◆ Goal of the exercise: Of the lines below, write out exactly those from the line with "#127=CYLINDRICAL_SURFACE('',#82,6.);" through the line with "#174=CIRCLE('',#173,2.);", both included, and skip the rest.
─── Task inputs
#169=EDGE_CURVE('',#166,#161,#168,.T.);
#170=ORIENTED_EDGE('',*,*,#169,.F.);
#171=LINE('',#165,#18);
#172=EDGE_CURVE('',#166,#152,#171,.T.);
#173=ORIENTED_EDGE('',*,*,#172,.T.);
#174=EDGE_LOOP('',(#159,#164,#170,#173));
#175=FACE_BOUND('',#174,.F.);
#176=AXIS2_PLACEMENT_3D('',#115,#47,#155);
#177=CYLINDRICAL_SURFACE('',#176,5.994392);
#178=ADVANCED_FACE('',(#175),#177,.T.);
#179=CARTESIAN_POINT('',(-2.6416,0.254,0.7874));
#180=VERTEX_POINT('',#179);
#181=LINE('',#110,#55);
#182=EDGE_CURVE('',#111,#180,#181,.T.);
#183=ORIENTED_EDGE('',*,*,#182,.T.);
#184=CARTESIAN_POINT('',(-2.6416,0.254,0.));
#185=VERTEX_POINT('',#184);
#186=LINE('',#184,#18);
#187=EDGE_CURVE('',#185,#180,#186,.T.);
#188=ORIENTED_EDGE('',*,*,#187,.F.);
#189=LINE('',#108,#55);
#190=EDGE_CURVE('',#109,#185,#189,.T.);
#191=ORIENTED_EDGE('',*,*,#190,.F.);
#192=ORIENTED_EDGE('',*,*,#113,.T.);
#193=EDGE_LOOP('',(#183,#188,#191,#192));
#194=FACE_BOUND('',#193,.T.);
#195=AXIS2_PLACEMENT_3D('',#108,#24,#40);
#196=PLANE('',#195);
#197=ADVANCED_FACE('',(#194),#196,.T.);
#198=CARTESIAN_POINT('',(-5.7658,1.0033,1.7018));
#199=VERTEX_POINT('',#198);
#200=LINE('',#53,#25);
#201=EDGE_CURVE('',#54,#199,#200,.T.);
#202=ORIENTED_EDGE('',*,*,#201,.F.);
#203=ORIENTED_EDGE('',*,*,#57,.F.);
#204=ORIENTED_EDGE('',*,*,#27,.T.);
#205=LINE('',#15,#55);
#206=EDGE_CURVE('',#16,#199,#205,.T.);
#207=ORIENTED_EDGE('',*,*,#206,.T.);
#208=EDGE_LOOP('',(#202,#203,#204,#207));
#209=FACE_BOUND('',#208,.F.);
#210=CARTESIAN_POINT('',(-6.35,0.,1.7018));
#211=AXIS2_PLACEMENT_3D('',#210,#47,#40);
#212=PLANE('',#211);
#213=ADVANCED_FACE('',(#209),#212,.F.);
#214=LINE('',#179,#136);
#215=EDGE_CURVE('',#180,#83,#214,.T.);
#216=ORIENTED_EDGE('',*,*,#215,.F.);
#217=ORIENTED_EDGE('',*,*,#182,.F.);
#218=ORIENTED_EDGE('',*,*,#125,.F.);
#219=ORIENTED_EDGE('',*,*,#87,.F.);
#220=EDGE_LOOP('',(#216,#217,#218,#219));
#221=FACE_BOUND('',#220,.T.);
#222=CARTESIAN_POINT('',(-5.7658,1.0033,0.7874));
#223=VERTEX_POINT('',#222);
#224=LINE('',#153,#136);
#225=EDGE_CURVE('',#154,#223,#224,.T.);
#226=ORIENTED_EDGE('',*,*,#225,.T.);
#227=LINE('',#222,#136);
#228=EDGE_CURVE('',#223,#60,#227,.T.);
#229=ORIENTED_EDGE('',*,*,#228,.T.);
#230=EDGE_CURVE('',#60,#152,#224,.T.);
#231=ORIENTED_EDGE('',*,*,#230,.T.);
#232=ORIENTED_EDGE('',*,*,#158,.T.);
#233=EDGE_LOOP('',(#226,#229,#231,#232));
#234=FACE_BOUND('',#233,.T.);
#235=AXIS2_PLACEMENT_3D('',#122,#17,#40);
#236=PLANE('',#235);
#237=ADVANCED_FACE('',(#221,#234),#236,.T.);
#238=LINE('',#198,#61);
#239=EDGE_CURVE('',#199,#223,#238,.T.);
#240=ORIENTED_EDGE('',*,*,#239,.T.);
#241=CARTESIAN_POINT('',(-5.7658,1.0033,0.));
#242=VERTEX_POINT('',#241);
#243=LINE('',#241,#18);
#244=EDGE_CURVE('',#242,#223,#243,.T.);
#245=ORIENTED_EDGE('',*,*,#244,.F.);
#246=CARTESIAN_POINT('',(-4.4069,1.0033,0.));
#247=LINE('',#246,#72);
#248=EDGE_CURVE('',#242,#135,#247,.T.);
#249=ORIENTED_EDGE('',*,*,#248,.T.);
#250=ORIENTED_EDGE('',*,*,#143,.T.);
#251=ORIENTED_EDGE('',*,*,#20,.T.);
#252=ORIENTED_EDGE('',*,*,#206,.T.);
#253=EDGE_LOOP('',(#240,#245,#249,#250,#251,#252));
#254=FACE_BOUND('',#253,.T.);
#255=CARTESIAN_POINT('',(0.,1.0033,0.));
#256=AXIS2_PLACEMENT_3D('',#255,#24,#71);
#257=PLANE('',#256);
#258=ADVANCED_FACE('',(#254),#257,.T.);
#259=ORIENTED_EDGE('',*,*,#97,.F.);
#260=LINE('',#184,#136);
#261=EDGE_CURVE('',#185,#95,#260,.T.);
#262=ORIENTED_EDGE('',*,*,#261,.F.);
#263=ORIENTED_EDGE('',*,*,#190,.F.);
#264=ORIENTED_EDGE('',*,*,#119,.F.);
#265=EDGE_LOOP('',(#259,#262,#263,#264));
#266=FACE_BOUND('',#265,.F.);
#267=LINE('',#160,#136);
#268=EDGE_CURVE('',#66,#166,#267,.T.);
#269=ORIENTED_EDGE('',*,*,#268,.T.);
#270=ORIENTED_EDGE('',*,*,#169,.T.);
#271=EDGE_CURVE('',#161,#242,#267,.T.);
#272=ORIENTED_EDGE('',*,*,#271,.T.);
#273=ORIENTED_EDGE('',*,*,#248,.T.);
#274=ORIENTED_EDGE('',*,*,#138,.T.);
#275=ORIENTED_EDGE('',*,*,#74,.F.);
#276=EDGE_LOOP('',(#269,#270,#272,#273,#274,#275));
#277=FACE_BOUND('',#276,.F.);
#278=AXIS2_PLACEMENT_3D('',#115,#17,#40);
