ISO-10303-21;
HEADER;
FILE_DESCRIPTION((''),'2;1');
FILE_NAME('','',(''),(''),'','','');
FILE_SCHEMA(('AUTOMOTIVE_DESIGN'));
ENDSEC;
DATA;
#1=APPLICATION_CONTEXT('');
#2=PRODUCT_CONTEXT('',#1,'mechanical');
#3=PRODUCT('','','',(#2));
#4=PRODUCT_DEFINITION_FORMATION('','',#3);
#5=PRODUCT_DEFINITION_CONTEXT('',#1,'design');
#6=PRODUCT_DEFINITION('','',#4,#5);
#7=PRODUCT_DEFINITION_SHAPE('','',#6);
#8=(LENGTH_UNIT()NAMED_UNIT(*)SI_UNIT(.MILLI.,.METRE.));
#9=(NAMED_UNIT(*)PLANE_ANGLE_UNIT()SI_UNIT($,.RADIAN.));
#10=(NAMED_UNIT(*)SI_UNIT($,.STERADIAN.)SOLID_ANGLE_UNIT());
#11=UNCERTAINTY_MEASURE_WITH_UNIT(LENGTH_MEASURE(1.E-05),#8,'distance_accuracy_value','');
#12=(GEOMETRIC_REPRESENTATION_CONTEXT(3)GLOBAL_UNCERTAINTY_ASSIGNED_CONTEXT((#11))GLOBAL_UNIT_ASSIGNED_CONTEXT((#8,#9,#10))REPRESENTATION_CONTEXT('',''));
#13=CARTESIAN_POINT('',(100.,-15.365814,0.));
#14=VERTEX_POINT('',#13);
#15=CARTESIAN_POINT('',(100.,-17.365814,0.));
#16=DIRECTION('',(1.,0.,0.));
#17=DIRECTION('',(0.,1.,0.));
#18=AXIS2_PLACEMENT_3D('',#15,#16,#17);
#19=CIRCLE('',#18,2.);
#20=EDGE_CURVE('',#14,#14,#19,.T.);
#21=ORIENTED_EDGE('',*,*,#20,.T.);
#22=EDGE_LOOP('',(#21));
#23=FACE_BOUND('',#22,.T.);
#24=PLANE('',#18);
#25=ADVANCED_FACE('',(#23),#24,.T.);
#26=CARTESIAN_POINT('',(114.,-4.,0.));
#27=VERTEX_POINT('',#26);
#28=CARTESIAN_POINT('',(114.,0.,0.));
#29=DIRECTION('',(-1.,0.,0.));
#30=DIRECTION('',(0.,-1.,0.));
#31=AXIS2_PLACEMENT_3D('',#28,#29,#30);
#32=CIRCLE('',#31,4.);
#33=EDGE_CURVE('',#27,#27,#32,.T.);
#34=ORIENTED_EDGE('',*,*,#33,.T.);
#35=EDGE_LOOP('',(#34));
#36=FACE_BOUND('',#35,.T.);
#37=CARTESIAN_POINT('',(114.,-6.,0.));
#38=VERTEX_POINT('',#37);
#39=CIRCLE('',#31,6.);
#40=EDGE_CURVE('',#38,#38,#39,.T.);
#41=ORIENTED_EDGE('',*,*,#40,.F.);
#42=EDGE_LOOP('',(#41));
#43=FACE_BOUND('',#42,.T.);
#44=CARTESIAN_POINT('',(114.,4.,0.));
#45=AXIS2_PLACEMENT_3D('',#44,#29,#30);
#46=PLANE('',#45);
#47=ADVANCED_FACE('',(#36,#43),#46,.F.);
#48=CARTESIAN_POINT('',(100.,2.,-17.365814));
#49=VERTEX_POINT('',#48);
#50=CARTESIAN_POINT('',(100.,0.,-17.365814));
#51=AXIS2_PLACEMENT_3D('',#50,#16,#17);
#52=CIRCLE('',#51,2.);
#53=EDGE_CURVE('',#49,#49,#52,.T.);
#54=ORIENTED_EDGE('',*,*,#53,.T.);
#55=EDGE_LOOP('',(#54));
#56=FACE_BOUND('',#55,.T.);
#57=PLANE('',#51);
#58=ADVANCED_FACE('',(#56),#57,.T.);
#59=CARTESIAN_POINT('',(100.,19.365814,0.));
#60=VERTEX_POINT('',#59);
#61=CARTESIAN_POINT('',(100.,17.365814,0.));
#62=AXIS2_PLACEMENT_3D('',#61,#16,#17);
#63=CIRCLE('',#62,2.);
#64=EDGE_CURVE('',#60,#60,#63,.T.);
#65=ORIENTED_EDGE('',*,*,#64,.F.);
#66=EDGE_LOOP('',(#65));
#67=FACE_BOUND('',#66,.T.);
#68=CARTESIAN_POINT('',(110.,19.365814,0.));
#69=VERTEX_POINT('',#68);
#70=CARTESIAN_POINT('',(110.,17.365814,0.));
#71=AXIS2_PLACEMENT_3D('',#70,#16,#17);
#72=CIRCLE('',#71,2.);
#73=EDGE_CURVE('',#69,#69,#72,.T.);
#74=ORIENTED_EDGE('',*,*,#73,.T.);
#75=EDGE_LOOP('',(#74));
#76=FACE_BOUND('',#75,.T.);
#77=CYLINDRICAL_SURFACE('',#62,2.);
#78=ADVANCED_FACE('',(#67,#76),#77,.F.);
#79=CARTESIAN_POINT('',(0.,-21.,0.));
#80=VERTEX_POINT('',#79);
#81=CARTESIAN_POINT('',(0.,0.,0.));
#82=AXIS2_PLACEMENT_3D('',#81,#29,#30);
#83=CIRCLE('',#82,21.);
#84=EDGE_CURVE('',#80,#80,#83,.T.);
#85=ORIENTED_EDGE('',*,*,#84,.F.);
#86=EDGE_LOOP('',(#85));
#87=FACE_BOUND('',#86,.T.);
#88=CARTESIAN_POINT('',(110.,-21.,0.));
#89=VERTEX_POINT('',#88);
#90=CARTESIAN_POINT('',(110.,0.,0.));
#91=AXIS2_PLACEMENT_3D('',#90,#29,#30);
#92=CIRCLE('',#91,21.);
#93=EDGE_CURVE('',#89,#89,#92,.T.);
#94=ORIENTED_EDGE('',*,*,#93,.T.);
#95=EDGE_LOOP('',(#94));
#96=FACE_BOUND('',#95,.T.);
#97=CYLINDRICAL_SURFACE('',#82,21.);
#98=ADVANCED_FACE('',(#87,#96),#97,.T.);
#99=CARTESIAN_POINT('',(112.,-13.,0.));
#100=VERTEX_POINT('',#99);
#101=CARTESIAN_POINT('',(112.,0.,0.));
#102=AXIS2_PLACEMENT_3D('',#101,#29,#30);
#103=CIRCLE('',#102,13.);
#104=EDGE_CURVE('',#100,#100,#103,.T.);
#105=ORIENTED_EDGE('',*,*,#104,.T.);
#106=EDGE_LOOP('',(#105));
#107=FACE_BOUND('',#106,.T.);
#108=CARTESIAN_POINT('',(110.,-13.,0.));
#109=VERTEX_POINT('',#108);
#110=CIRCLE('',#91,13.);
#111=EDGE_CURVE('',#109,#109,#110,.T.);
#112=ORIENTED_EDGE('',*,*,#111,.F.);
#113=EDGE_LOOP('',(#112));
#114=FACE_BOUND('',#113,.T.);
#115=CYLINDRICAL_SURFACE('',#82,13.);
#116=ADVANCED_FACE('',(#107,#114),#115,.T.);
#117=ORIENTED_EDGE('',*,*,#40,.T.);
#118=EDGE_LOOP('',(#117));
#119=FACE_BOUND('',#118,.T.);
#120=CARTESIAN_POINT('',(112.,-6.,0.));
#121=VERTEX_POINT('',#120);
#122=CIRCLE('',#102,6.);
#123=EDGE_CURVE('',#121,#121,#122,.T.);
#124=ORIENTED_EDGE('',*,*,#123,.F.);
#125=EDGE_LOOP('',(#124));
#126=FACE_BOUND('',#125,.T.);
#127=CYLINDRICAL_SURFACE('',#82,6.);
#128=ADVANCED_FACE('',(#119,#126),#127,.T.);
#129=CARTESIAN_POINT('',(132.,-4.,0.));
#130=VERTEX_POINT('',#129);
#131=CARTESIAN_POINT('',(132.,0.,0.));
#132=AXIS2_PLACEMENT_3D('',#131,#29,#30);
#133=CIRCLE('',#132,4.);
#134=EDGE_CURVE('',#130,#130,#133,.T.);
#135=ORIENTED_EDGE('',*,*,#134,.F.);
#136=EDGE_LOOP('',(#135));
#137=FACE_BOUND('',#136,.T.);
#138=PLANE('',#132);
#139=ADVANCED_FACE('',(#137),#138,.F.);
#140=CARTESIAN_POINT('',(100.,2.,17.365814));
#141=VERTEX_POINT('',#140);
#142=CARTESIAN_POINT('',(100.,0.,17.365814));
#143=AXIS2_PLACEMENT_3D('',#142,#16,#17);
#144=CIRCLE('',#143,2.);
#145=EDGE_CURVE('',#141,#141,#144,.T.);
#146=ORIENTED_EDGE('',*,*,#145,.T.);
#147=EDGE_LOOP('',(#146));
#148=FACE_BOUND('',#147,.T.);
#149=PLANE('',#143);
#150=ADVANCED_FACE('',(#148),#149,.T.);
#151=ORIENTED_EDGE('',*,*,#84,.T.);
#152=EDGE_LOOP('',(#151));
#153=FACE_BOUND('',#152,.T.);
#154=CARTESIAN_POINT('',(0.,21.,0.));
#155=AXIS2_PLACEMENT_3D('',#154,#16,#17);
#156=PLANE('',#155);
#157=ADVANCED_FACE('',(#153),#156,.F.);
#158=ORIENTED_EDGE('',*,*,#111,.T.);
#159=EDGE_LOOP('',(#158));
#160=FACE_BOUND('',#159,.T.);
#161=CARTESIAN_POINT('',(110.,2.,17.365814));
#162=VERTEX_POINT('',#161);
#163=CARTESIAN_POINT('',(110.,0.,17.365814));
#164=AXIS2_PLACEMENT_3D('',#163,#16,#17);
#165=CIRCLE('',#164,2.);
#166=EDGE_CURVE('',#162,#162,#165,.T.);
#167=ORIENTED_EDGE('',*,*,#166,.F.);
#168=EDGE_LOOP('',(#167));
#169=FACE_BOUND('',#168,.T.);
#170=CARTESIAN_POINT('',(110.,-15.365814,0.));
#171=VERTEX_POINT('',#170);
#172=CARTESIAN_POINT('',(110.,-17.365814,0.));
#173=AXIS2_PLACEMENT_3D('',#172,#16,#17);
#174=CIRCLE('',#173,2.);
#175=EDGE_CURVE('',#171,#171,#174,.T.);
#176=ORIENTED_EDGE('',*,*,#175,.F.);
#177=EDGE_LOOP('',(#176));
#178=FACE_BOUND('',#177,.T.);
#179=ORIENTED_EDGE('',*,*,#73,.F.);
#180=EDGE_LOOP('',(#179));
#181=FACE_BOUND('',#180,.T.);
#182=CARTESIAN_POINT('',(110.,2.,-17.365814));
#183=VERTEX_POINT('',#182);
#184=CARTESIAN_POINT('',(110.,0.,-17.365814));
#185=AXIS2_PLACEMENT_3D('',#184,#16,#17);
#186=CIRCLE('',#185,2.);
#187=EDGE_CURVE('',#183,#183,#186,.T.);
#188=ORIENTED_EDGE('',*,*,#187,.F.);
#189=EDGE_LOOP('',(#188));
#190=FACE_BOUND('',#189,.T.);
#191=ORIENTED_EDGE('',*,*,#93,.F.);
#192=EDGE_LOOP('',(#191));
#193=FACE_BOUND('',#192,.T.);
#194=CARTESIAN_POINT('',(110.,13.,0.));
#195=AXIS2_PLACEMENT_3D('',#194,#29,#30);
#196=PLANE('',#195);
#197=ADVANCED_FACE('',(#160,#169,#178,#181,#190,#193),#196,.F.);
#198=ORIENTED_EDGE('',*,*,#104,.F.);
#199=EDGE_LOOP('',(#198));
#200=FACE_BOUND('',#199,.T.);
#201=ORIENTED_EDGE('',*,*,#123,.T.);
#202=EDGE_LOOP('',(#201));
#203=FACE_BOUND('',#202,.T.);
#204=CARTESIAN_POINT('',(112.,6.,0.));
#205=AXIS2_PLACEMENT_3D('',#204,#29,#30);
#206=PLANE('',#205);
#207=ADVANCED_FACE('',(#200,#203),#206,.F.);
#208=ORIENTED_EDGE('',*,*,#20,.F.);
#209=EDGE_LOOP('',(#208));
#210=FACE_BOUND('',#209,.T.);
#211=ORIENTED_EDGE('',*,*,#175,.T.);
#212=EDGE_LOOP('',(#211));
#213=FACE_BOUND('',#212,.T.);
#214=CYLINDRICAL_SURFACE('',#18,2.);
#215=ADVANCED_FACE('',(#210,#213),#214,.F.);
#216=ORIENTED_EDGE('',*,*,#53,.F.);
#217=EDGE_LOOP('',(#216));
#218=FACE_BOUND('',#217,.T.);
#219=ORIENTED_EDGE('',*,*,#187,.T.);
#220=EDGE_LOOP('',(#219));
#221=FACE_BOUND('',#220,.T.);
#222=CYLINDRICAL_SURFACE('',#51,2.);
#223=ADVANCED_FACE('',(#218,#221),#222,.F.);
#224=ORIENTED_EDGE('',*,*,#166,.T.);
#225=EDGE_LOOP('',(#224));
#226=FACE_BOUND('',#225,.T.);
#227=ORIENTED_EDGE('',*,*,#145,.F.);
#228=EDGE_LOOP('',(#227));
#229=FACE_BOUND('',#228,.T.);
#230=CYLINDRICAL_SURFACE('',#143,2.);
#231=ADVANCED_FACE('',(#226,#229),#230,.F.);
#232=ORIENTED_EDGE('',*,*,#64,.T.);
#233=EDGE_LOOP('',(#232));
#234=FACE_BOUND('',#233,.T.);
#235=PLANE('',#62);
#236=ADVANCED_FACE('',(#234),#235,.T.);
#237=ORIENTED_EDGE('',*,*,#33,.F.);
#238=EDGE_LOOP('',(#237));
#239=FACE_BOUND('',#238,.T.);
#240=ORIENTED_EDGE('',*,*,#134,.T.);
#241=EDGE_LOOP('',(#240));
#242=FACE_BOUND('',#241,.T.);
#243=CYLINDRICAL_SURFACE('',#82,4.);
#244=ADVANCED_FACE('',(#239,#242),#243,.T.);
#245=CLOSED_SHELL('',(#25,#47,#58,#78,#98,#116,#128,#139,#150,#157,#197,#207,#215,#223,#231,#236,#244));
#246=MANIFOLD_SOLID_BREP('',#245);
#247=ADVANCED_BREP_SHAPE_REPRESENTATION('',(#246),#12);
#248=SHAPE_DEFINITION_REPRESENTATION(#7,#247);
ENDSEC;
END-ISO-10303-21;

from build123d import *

# Parameters (mm, degrees)
SKETCH2_R          = 2
CUT_EXTRUDE1_DEPTH = 10


with BuildPart() as part:
    # Sketch1 → Revolve1 (revolve)
    with BuildSketch(Plane.XY, mode=Mode.PRIVATE) as revolve1_sk:
        Polygon((0, 0), (132, 0), (132, 4), (114, 4), (114, 6), (112, 6), (112, 13), (110, 13), (110, 21), (0, 21), align=None)
    revolve(revolve1_sk.sketch.rotate(Axis((0, 0, 0), (1, 0, 0)), 180), axis=Axis((0, 0, 0), (1, 0, 0)))

    # Sketch2 → Cut-Extrude1 (cut)
    with BuildSketch(Plane(origin=(110, 0, 0), x_dir=(0, 0, -1), z_dir=(1, 0, 0))):
        with Locations(Location((0, 17.365813997, 0), (0, 0, 90))):
            Circle(SKETCH2_R)
        with Locations(Location((17.365813997, 0, 0), (0, 0, 90))):
            Circle(SKETCH2_R)
        with Locations(Location((0, -17.365813997, 0), (0, 0, 90))):
            Circle(SKETCH2_R)
        with Locations(Location((-17.365813997, 0, 0), (0, 0, 90))):
            Circle(SKETCH2_R)
    extrude(amount=-CUT_EXTRUDE1_DEPTH, mode=Mode.SUBTRACT)


solid = part.part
──────
◆ Finished exercise:
#127=CYLINDRICAL_SURFACE('',#82,6.);
#128=ADVANCED_FACE('',(#119,#126),#127,.T.);
#129=CARTESIAN_POINT('',(132.,-4.,0.));
#130=VERTEX_POINT('',#129);
#131=CARTESIAN_POINT('',(132.,0.,0.));
#132=AXIS2_PLACEMENT_3D('',#131,#29,#30);
#133=CIRCLE('',#132,4.);
#134=EDGE_CURVE('',#130,#130,#133,.T.);
#135=ORIENTED_EDGE('',*,*,#134,.F.);
#136=EDGE_LOOP('',(#135));
#137=FACE_BOUND('',#136,.T.);
#138=PLANE('',#132);
#139=ADVANCED_FACE('',(#137),#138,.F.);
#140=CARTESIAN_POINT('',(100.,2.,17.365814));
#141=VERTEX_POINT('',#140);
#142=CARTESIAN_POINT('',(100.,0.,17.365814));
#143=AXIS2_PLACEMENT_3D('',#142,#16,#17);
#144=CIRCLE('',#143,2.);
#145=EDGE_CURVE('',#141,#141,#144,.T.);
#146=ORIENTED_EDGE('',*,*,#145,.T.);
#147=EDGE_LOOP('',(#146));
#148=FACE_BOUND('',#147,.T.);
#149=PLANE('',#143);
#150=ADVANCED_FACE('',(#148),#149,.T.);
#151=ORIENTED_EDGE('',*,*,#84,.T.);
#152=EDGE_LOOP('',(#151));
#153=FACE_BOUND('',#152,.T.);
#154=CARTESIAN_POINT('',(0.,21.,0.));
#155=AXIS2_PLACEMENT_3D('',#154,#16,#17);
#156=PLANE('',#155);
#157=ADVANCED_FACE('',(#153),#156,.F.);
#158=ORIENTED_EDGE('',*,*,#111,.T.);
#159=EDGE_LOOP('',(#158));
#160=FACE_BOUND('',#159,.T.);
#161=CARTESIAN_POINT('',(110.,2.,17.365814));
#162=VERTEX_POINT('',#161);
#163=CARTESIAN_POINT('',(110.,0.,17.365814));
#164=AXIS2_PLACEMENT_3D('',#163,#16,#17);
#165=CIRCLE('',#164,2.);
#166=EDGE_CURVE('',#162,#162,#165,.T.);
#167=ORIENTED_EDGE('',*,*,#166,.F.);
#168=EDGE_LOOP('',(#167));
#169=FACE_BOUND('',#168,.T.);
#170=CARTESIAN_POINT('',(110.,-15.365814,0.));
#171=VERTEX_POINT('',#170);
#172=CARTESIAN_POINT('',(110.,-17.365814,0.));
#173=AXIS2_PLACEMENT_3D('',#172,#16,#17);
#174=CIRCLE('',#173,2.);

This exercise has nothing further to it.